Even in reduced form, the RTC’s numbers are impressive. Prior to the pandemic, local routes accommodated roughly 67 million individual trips annually. During the pandemic, they still managed to provide 50 million trips, a high percentage of which were for seniors and veterans.

“We’ve got a great team,” Maynard says. “The drivers and mechanics are amazing; they work really hard. They’re showing up every day, working under really extreme circumstances, and we could not do what we do without them.”

Still, the pandemic resulted in a shortfall of rider revue, which was compounded by budget cuts that preceded the shutdowns. The RTC was forced to make painful cuts, adjusting down-route frequency times and reducing service hours on weekends. It was able to put resources where they were needed most by polling riders through the buses’ onboard Wi-Fi: The provided information, delivered almost in real time, told the agency which routes and usage hours were most vital.

Then, in mid-2021, the RTC received more than $303 million in federal stimulus money, allowing it to restore the lost service hours and even expand service “into areas of the Valley that have never seen transit,” Maynard says. “We were able to provide service to about 185,000 residents who have had never had access to transit before.”

Now, with the promise of funds from the bipartisan federal infrastructure bill—and with the agency’s ridership tallies steadily ascending, now to 65% of pre-pandemic numbers—the RTC is looking to move forward decisively by building on its current strengths and modernizing its fleet.

The agency is already doing some cool things people might not be aware of, like its RTC-OnDemand service, in pilot operation in west Henderson and the southwest Valley. Similar to rideshare services like Lyft and Uber, RTC-OnDemand picks up riders at their doors and delivers them to destinations like grocery stores, medical facilities and schools within a fixed area, and to bus stops if they’d like to leave the OnDemand zone. The one-way price is just $2.

“If this works, we may use this model in other areas in the Valley,” Maynard says. “I think that it’s an opportunity not only to look at the traditional way of providing service but also another way to keep up with technology, and with consumer demand.”

The infrastructure bill funds will also help to build a Bus Rapid Transit (BRT) line for the heavily used Maryland Parkway corridor, a bus line similar to light rail; buses travel in their own dedicated lane and collect fares before riders get on. And if all goes to plan, those buses—along with every other bus in the Valley—will be part of a zero-emissions fleet.

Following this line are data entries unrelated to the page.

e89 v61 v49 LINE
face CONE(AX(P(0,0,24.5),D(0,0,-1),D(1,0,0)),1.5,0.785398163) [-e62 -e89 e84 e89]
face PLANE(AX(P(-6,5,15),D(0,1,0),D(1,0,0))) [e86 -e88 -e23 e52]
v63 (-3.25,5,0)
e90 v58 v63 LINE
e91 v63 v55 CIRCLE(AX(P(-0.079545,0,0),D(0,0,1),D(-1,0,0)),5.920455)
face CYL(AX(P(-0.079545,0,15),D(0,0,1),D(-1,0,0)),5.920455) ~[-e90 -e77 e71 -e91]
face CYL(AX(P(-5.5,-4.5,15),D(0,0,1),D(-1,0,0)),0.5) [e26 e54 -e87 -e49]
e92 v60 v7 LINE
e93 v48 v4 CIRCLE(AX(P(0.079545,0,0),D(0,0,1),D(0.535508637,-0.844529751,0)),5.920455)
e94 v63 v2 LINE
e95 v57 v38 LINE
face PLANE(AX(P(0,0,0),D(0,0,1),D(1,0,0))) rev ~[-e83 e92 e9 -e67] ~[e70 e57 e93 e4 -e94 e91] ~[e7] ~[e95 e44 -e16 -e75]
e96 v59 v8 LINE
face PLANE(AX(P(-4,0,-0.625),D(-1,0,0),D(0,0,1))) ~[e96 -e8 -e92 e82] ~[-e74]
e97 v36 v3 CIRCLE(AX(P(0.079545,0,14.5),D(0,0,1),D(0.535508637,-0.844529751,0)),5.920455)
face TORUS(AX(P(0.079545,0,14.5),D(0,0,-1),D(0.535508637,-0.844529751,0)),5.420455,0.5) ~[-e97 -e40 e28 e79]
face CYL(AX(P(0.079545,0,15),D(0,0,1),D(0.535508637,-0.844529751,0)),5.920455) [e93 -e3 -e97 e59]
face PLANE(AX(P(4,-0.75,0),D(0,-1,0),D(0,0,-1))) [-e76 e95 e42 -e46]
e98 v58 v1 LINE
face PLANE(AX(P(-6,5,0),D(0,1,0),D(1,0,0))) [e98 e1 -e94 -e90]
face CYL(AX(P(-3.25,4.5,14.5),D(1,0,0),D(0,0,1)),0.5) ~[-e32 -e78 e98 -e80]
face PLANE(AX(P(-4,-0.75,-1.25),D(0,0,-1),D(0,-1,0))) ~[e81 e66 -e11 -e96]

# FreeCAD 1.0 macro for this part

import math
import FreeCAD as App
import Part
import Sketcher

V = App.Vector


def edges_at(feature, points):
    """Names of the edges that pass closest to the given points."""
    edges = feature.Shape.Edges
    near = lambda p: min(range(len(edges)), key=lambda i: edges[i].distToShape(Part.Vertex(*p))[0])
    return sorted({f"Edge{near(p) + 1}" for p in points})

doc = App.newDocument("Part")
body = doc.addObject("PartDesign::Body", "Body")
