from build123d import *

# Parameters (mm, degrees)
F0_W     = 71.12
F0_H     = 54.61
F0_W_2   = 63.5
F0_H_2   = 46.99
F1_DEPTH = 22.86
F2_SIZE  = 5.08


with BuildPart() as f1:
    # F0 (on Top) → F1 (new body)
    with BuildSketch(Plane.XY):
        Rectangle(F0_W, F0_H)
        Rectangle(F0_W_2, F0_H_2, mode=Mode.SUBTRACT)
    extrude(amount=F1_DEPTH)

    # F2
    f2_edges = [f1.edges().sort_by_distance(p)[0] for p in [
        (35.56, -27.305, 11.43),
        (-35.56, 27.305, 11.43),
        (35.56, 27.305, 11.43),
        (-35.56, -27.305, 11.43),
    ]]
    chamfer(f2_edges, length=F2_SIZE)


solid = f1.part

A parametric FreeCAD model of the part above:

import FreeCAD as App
import Part
import Sketcher

V = App.Vector
Q = App.Units.Quantity


def edges_at(feature, points):
    """Names of the edges that pass closest to the given points."""
    edges = feature.Shape.Edges
    near = lambda p: min(range(len(edges)), key=lambda i: edges[i].distToShape(Part.Vertex(*p))[0])
    return sorted({f"Edge{near(p) + 1}" for p in points})

doc = App.newDocument("Part")
body = doc.addObject("PartDesign::Body", "Body")

sketch1 = body.newObject("Sketcher::SketchObject", "Sketch")
sketch1.AttachmentSupport = (doc.getObject("XY_Plane"), [""])
sketch1.MapMode = "FlatFace"
sketch1.addGeometry(Part.LineSegment(V(-35.56, 27.305, 0), V(-35.56, -27.305, 0)), False)
sketch1.addGeometry(Part.LineSegment(V(-35.56, -27.305, 0), V(35.56, -27.305, 0)), False)
sketch1.addGeometry(Part.LineSegment(V(35.56, -27.305, 0), V(35.56, 27.305, 0)), False)
sketch1.addGeometry(Part.LineSegment(V(35.56, 27.305, 0), V(-35.56, 27.305, 0)), False)
sketch1.addGeometry(Part.LineSegment(V(31.75, -23.495, 0), V(-31.75, -23.495, 0)), False)
sketch1.addGeometry(Part.LineSegment(V(-31.75, -23.495, 0), V(-31.75, 23.495, 0)), False)
sketch1.addGeometry(Part.LineSegment(V(-31.75, 23.495, 0), V(31.75, 23.495, 0)), False)
sketch1.addGeometry(Part.LineSegment(V(31.75, 23.495, 0), V(31.75, -23.495, 0)), False)
sketch1.addConstraint(Sketcher.Constraint("Coincident", 0, 2, 1, 1))
sketch1.addConstraint(Sketcher.Constraint("Coincident", 1, 2, 2, 1))
sketch1.addConstraint(Sketcher.Constraint("Coincident", 2, 2, 3, 1))
sketch1.addConstraint(Sketcher.Constraint("Coincident", 3, 2, 0, 1))
sketch1.addConstraint(Sketcher.Constraint("Coincident", 4, 2, 5, 1))
sketch1.addConstraint(Sketcher.Constraint("Coincident", 5, 2, 6, 1))
sketch1.addConstraint(Sketcher.Constraint("Coincident", 6, 2, 7, 1))
sketch1.addConstraint(Sketcher.Constraint("Coincident", 7, 2, 4, 1))
sketch1.addConstraint(Sketcher.Constraint("Vertical", 0))
sketch1.addConstraint(Sketcher.Constraint("Horizontal", 1))
sketch1.addConstraint(Sketcher.Constraint("Vertical", 2))
sketch1.addConstraint(Sketcher.Constraint("Horizontal", 3))
sketch1.addConstraint(Sketcher.Constraint("Horizontal", 4))
sketch1.addConstraint(Sketcher.Constraint("Vertical", 5))
sketch1.addConstraint(Sketcher.Constraint("Horizontal", 6))
sketch1.addConstraint(Sketcher.Constraint("Vertical", 7))
sketch1.addConstraint(Sketcher.Constraint("Symmetric", 0, 2, 2, 2, -1, 1))
sketch1.addConstraint(Sketcher.Constraint("Symmetric", 4, 2, 6, 2, -1, 1))
sketch1.addConstraint(Sketcher.Constraint("DistanceX", 1, 1, 1, 2, Q("2.8 in")))
sketch1.addConstraint(Sketcher.Constraint("DistanceX", 4, 2, 4, 1, Q("2.5 in")))
sketch1.addConstraint(Sketcher.Constraint("DistanceY", 4, 2, 3, 2, Q("2 in")))
sketch1.addConstraint(Sketcher.Constraint("DistanceY", 0, 2, 0, 1, Q("2.15 in")))
pad1 = body.newObject("PartDesign::Pad", "Pad")
pad1.Profile = sketch1
pad1.Length = Q("0.9 in")
doc.recompute()

chamfer = body.newObject("PartDesign::Chamfer", "Chamfer")
chamfer.Base = (pad1, edges_at(pad1, [
    (35.56, -27.305, 11.43),
    (-35.56, 27.305, 11.43),
    (35.56, 27.305, 11.43),
    (-35.56, -27.305, 11.43),
]))
chamfer.Size = Q("0.2 in")

doc.recompute()
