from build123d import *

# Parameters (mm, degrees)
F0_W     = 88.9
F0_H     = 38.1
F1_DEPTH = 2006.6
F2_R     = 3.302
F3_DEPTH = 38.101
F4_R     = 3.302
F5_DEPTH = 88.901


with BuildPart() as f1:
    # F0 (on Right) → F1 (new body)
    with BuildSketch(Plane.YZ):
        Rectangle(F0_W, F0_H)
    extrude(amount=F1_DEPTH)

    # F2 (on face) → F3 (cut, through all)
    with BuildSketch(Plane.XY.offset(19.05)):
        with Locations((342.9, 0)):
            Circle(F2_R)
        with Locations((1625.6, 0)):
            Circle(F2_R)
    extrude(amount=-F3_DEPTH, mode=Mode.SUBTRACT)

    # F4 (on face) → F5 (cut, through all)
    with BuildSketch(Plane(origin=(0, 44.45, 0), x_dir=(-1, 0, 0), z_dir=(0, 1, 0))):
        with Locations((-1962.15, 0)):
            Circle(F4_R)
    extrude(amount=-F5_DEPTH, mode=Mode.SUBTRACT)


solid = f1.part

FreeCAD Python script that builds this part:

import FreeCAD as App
import Part
import Sketcher

V = App.Vector
Q = App.Units.Quantity


def add_polygon(sketch, points):
    """Adds a closed chain of lines whose ends are joined by coincident constraints."""
    first, n = sketch.GeometryCount, len(points)
    for a, b in zip(points, points[1:] + points[:1]):
        sketch.addGeometry(Part.LineSegment(App.Vector(*a, 0), App.Vector(*b, 0)), False)
    for i in range(n):
        sketch.addConstraint(Sketcher.Constraint("Coincident", first + i, 2, first + (i + 1) % n, 1))

doc = App.newDocument("Part")
body = doc.addObject("PartDesign::Body", "Body")

sketch1 = doc.addObject("Sketcher::SketchObject", "Sketch")
body.addObject(sketch1)
sketch1.AttachmentSupport = (doc.YZ_Plane, [""])
sketch1.MapMode = "FlatFace"
add_polygon(sketch1, [(-44.45, 19.05), (-44.45, -19.05), (44.45, -19.05), (44.45, 19.05)])
sketch1.addConstraint([
    Sketcher.Constraint("Vertical", 0),
    Sketcher.Constraint("Horizontal", 1),
    Sketcher.Constraint("Vertical", 2),
    Sketcher.Constraint("Horizontal", 3),
    Sketcher.Constraint("Symmetric", 0, 2, 2, 2, -1, 1),
    Sketcher.Constraint("DistanceX", 1, 1, 1, 2, Q("3.5 in")),
    Sketcher.Constraint("DistanceY", 0, 2, 0, 1, Q("1.5 in")),
])
pad1 = doc.addObject("PartDesign::Pad", "Pad")
body.addObject(pad1)
pad1.Profile = sketch1
pad1.Length = Q("79 in")

sketch2 = doc.addObject("Sketcher::SketchObject", "Sketch001")
body.addObject(sketch2)
sketch2.AttachmentSupport = (doc.XY_Plane, [""])
sketch2.MapMode = "FlatFace"
sketch2.AttachmentOffset = App.Placement(V(0, 0, 0.75 * 25.4), App.Rotation())
sketch2.addGeometry([
    Part.Circle(V(342.9, 0, 0), V(0, 0, 1), 3.302),
    Part.Circle(V(1625.6, 0, 0), V(0, 0, 1), 3.302),
], False)
sketch2.addConstraint([
    Sketcher.Constraint("Equal", 0, 1),
    Sketcher.Constraint("PointOnObject", 0, 3, -1),
    Sketcher.Constraint("PointOnObject", 1, 3, -1),
    Sketcher.Constraint("Diameter", 0, Q("0.26 in")),
    Sketcher.Constraint("DistanceX", -1, 1, 1, 3, Q("64 in")),
    Sketcher.Constraint("DistanceX", -1, 1, 0, 3, Q("13.5 in")),
])
pocket1 = doc.addObject("PartDesign::Pocket", "Pocket")
body.addObject(pocket1)
pocket1.Profile = sketch2
pocket1.Type = "ThroughAll"

sketch3 = doc.addObject("Sketcher::SketchObject", "Sketch002")
body.addObject(sketch3)
sketch3.AttachmentSupport = (doc.XZ_Plane, [""])
sketch3.MapMode = "FlatFace"
sketch3.AttachmentOffset = App.Placement(V(0, 0, -1.75 * 25.4), App.Rotation())
sketch3.addGeometry(Part.Circle(V(1962.15, 0, 0), V(0, 0, 1), 3.302), False)
sketch3.addConstraint([
    Sketcher.Constraint("PointOnObject", 0, 3, -1),
    Sketcher.Constraint("Diameter", 0, Q("0.26 in")),
    Sketcher.Constraint("DistanceX", -1, 1, 0, 3, Q("77.25 in")),
])
pocket2 = doc.addObject("PartDesign::Pocket", "Pocket001")
body.addObject(pocket2)
pocket2.Profile = sketch3
pocket2.Type = "ThroughAll"
pocket2.Reversed = True

doc.recompute()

“We developed our zero-emission vehicle plan last year,” Maynard says.”If [infrastructure bill] funding is the right amount, we’ll be able to transition our fleet to zero emission by 2035.”

Buying electric buses isn’t the main concern—the RTC already receives funding for that—but the infrastructure bill money is needed for the facilities, staffing and infrastructure an all-electric fleet needs to run. At present, the RTC has two hydrogen fuel cell electric buses ready to roll out soon, with the option to buy more once funding sources are identified.

Maybe these advances aren’t as sexy to mass-market tastes as the RTC’s game-day miracle. Maybe onboard Wi-Fi, dedicated traffic lanes and the RTC’s recently announced partnership with the Las Vegas-Clark County Library District—offering riders access to audiobooks, eBooks and movies through the Libby app—isn’t enough to convince even some environmentally conscious Las Vegans to leave their cars parked at home. That’s all right, Maynard says. The RTC will make sure the buses are there when folks need them.

“That’s the benefit of working for the public,” Maynard says. “We get to do great things on their behalf.”